• Directions for this task:
Write out again, exactly, the lines below starting at the one with "#116=FACE_BOUND('',#115,.F.);" and ending at the one with "#135=EDGE_CURVE('',#64,#124,#134,.T.);".
· · · ·
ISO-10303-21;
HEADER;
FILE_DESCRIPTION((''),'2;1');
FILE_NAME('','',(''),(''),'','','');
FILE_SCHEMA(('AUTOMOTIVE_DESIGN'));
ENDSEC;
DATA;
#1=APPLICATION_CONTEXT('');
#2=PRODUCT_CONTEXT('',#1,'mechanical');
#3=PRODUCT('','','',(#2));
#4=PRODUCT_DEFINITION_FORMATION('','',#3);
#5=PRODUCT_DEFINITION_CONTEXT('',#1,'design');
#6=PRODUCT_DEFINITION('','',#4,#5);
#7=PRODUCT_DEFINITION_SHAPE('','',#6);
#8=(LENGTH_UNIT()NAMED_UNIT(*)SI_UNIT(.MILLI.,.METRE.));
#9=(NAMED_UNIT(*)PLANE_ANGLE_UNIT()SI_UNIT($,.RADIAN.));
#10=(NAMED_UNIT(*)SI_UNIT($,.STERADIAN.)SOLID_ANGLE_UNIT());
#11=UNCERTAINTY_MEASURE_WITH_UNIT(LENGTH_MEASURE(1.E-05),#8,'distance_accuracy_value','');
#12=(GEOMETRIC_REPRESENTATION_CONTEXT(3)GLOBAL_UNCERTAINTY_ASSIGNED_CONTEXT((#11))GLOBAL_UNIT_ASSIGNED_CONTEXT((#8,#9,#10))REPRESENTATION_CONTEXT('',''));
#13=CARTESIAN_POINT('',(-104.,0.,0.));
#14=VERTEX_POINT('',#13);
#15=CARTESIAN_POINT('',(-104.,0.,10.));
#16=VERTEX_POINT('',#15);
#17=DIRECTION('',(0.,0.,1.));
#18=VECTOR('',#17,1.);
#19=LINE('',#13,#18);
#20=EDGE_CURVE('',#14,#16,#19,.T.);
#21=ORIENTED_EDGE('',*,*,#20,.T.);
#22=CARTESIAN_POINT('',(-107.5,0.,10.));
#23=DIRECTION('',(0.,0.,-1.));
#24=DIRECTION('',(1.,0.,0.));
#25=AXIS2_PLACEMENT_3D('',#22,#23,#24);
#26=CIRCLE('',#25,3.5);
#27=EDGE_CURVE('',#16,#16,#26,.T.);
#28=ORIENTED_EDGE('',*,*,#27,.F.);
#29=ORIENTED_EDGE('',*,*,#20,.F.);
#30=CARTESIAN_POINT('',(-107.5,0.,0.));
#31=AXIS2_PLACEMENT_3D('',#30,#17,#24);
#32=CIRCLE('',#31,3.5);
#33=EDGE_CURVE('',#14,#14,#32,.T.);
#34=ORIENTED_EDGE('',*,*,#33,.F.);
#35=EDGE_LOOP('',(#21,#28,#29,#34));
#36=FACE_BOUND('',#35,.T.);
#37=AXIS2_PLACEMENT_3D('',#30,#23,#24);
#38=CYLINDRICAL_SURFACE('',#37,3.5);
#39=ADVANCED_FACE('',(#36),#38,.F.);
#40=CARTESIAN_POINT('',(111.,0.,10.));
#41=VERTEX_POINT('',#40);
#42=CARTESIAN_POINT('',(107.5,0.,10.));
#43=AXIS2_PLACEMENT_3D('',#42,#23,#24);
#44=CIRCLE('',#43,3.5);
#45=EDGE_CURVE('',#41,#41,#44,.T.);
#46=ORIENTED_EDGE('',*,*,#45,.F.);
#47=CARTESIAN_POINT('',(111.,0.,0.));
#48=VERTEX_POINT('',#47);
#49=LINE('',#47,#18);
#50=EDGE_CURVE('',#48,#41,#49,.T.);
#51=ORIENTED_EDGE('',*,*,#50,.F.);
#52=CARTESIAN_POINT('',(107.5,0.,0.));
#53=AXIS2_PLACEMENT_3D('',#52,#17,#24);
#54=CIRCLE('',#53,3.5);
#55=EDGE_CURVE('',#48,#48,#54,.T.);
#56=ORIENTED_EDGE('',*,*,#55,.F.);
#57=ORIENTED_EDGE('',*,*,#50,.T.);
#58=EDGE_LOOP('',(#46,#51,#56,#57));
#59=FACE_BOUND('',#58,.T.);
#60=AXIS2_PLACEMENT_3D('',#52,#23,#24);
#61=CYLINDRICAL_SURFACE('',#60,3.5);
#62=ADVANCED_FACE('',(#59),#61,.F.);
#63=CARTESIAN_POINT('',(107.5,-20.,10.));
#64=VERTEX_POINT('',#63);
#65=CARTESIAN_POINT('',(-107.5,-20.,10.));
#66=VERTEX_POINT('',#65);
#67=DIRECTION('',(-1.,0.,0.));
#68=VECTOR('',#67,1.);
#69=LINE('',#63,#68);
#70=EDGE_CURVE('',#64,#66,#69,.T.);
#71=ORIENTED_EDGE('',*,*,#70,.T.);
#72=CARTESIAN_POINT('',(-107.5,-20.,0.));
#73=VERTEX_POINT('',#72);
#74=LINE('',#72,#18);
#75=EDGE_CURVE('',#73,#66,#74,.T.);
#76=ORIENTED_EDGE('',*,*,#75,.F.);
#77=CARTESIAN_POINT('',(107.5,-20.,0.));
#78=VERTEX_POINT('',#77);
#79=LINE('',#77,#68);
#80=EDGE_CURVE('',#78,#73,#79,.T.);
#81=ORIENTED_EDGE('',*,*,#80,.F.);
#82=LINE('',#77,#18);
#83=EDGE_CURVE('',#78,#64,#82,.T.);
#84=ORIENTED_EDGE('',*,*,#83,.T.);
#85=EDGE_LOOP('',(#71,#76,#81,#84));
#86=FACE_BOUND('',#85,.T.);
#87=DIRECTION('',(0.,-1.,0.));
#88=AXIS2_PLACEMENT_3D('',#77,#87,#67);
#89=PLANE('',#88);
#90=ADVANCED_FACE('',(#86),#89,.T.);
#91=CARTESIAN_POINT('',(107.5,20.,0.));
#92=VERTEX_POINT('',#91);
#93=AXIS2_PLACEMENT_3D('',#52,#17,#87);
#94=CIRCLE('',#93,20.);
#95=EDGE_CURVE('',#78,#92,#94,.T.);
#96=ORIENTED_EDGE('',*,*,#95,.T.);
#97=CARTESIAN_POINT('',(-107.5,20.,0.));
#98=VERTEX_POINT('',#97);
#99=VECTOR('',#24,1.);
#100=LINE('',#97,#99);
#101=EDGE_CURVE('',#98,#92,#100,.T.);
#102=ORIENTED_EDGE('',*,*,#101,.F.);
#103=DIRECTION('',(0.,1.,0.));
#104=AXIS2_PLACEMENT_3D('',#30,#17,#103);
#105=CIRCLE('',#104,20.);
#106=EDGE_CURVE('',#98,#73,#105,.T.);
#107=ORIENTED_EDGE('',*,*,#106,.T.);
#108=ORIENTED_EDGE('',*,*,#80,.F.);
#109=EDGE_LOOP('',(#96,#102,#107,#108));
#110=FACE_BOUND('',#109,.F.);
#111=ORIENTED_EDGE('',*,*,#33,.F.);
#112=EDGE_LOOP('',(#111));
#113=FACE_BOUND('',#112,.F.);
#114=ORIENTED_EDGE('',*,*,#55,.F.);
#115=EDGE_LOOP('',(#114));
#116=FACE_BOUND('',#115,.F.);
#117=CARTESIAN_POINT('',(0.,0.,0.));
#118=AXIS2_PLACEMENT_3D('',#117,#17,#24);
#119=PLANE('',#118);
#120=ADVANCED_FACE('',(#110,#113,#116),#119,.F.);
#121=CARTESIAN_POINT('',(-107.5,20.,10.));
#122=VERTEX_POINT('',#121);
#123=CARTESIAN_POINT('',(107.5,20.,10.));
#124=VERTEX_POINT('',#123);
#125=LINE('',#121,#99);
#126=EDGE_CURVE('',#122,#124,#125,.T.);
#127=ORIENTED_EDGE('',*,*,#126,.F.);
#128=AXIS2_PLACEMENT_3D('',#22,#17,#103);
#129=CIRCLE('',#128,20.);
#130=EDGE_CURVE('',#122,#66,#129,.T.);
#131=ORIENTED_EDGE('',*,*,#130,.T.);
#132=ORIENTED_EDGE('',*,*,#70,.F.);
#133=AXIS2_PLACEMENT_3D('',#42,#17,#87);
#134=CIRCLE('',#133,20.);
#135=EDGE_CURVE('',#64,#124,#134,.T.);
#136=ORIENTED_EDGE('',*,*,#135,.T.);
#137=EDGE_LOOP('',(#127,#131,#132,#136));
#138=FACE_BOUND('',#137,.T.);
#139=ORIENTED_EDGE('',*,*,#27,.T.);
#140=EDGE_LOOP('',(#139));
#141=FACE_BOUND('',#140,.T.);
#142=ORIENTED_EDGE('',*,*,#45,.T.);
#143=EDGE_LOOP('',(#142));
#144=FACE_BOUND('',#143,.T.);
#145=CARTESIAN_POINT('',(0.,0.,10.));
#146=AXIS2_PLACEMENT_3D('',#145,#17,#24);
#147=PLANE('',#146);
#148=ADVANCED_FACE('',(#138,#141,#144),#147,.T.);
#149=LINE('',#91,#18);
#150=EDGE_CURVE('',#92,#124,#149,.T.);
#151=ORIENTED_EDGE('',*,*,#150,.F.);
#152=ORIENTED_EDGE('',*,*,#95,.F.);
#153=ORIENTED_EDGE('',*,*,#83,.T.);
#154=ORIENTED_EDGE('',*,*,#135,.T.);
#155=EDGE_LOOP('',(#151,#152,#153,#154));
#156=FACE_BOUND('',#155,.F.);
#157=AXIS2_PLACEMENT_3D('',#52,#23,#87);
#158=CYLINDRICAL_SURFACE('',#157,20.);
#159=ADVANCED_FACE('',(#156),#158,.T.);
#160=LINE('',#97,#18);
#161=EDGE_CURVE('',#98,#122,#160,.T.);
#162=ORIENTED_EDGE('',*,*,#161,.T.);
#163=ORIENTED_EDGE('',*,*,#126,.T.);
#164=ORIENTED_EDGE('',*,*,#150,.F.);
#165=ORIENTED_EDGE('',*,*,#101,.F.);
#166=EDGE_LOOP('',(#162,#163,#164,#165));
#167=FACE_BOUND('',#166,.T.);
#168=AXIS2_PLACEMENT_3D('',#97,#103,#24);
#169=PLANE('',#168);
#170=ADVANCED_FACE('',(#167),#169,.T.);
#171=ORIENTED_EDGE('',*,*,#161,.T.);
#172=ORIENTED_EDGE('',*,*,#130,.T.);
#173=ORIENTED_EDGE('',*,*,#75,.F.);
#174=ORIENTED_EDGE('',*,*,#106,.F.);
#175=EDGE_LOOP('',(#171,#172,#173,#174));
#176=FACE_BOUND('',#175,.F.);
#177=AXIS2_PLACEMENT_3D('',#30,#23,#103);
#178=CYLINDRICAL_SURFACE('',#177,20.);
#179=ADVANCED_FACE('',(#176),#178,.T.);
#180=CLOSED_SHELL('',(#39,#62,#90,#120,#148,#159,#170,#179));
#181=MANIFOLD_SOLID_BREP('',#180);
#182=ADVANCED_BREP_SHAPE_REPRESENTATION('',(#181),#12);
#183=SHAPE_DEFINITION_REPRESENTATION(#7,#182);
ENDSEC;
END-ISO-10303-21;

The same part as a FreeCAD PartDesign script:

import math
import FreeCAD as App
import Part
import Sketcher
from FreeCAD import Vector
Q = App.Units.Quantity

doc = App.newDocument("Part")
params = doc.addObject("Spreadsheet::Sheet", "Params")
for row, (alias, value) in enumerate([
    ("sketch1_diameter", "7 mm"),
    ("sketch1_radius", "20 mm"),
    ("sketch1_width", "215 mm"),
    ("pad1_length", "10 mm"),
], start=1):
    params.set(f"A{row}", alias)
    params.set(f"B{row}", "=" + value)
    params.setAlias(f"B{row}", alias)

body = doc.addObject("PartDesign::Body", "Body")

# Sketch on XY plane
sketch1 = body.newObject("Sketcher::SketchObject", "Sketch")
sketch1.AttachmentSupport = (doc.getObject("XY_Plane"), [""])
sketch1.MapMode = "FlatFace"
sketch1.addGeometry([
    Part.LineSegment(Vector(-107.5, -20, 0), Vector(107.5, -20, 0)),  # 0
    Part.ArcOfCircle(Part.Circle(Vector(107.5, 0, 0), Vector(0, 0, 1), 20), math.radians(-90), math.radians(90)),  # 1
    Part.LineSegment(Vector(107.5, 20, 0), Vector(-107.5, 20, 0)),  # 2
    Part.ArcOfCircle(Part.Circle(Vector(-107.5, 0, 0), Vector(0, 0, 1), 20), math.radians(90), math.radians(270)),  # 3
    Part.Circle(Vector(-107.5, 0, 0), Vector(0, 0, 1), 3.5),  # 4
    Part.Circle(Vector(107.5, 0, 0), Vector(0, 0, 1), 3.5),  # 5
], False)
sketch1.addConstraint([
    Sketcher.Constraint("Tangent", 0, 2, 1, 1),
    Sketcher.Constraint("Tangent", 1, 2, 2, 1),
    Sketcher.Constraint("Tangent", 2, 2, 3, 1),
    Sketcher.Constraint("Tangent", 3, 2, 0, 1),
    Sketcher.Constraint("Horizontal", 0),
    Sketcher.Constraint("Horizontal", 2),
    Sketcher.Constraint("Coincident", 4, 3, 3, 3),
    Sketcher.Constraint("Coincident", 5, 3, 1, 3),
    Sketcher.Constraint("Equal", 4, 5),
    Sketcher.Constraint("Symmetric", 1, 3, 3, 3, -1, 1),
    Sketcher.Constraint("Diameter", 4, Q("7 mm")),
    Sketcher.Constraint("Radius", 1, Q("20 mm")),
    Sketcher.Constraint("DistanceX", 0, 1, 0, 2, Q("215 mm")),
])
sketch1.setExpression("Constraints[10]", "Params.sketch1_diameter")
sketch1.setExpression("Constraints[11]", "Params.sketch1_radius")
sketch1.setExpression("Constraints[12]", "Params.sketch1_width")
pad1 = body.newObject("PartDesign::Pad", "Pad")
pad1.Profile = sketch1
pad1.setExpression("Length", "Params.pad1_length")

doc.recompute()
· · · ·
• Output for this exercise:
#116=FACE_BOUND('',#115,.F.);
#117=CARTESIAN_POINT('',(0.,0.,0.));
#118=AXIS2_PLACEMENT_3D('',#117,#17,#24);
#119=PLANE('',#118);
#120=ADVANCED_FACE('',(#110,#113,#116),#119,.F.);
#121=CARTESIAN_POINT('',(-107.5,20.,10.));
#122=VERTEX_POINT('',#121);
#123=CARTESIAN_POINT('',(107.5,20.,10.));
#124=VERTEX_POINT('',#123);
#125=LINE('',#121,#99);
#126=EDGE_CURVE('',#122,#124,#125,.T.);
#127=ORIENTED_EDGE('',*,*,#126,.F.);
#128=AXIS2_PLACEMENT_3D('',#22,#17,#103);
#129=CIRCLE('',#128,20.);
#130=EDGE_CURVE('',#122,#66,#129,.T.);
#131=ORIENTED_EDGE('',*,*,#130,.T.);
#132=ORIENTED_EDGE('',*,*,#70,.F.);
#133=AXIS2_PLACEMENT_3D('',#42,#17,#87);
#134=CIRCLE('',#133,20.);
#135=EDGE_CURVE('',#64,#124,#134,.T.);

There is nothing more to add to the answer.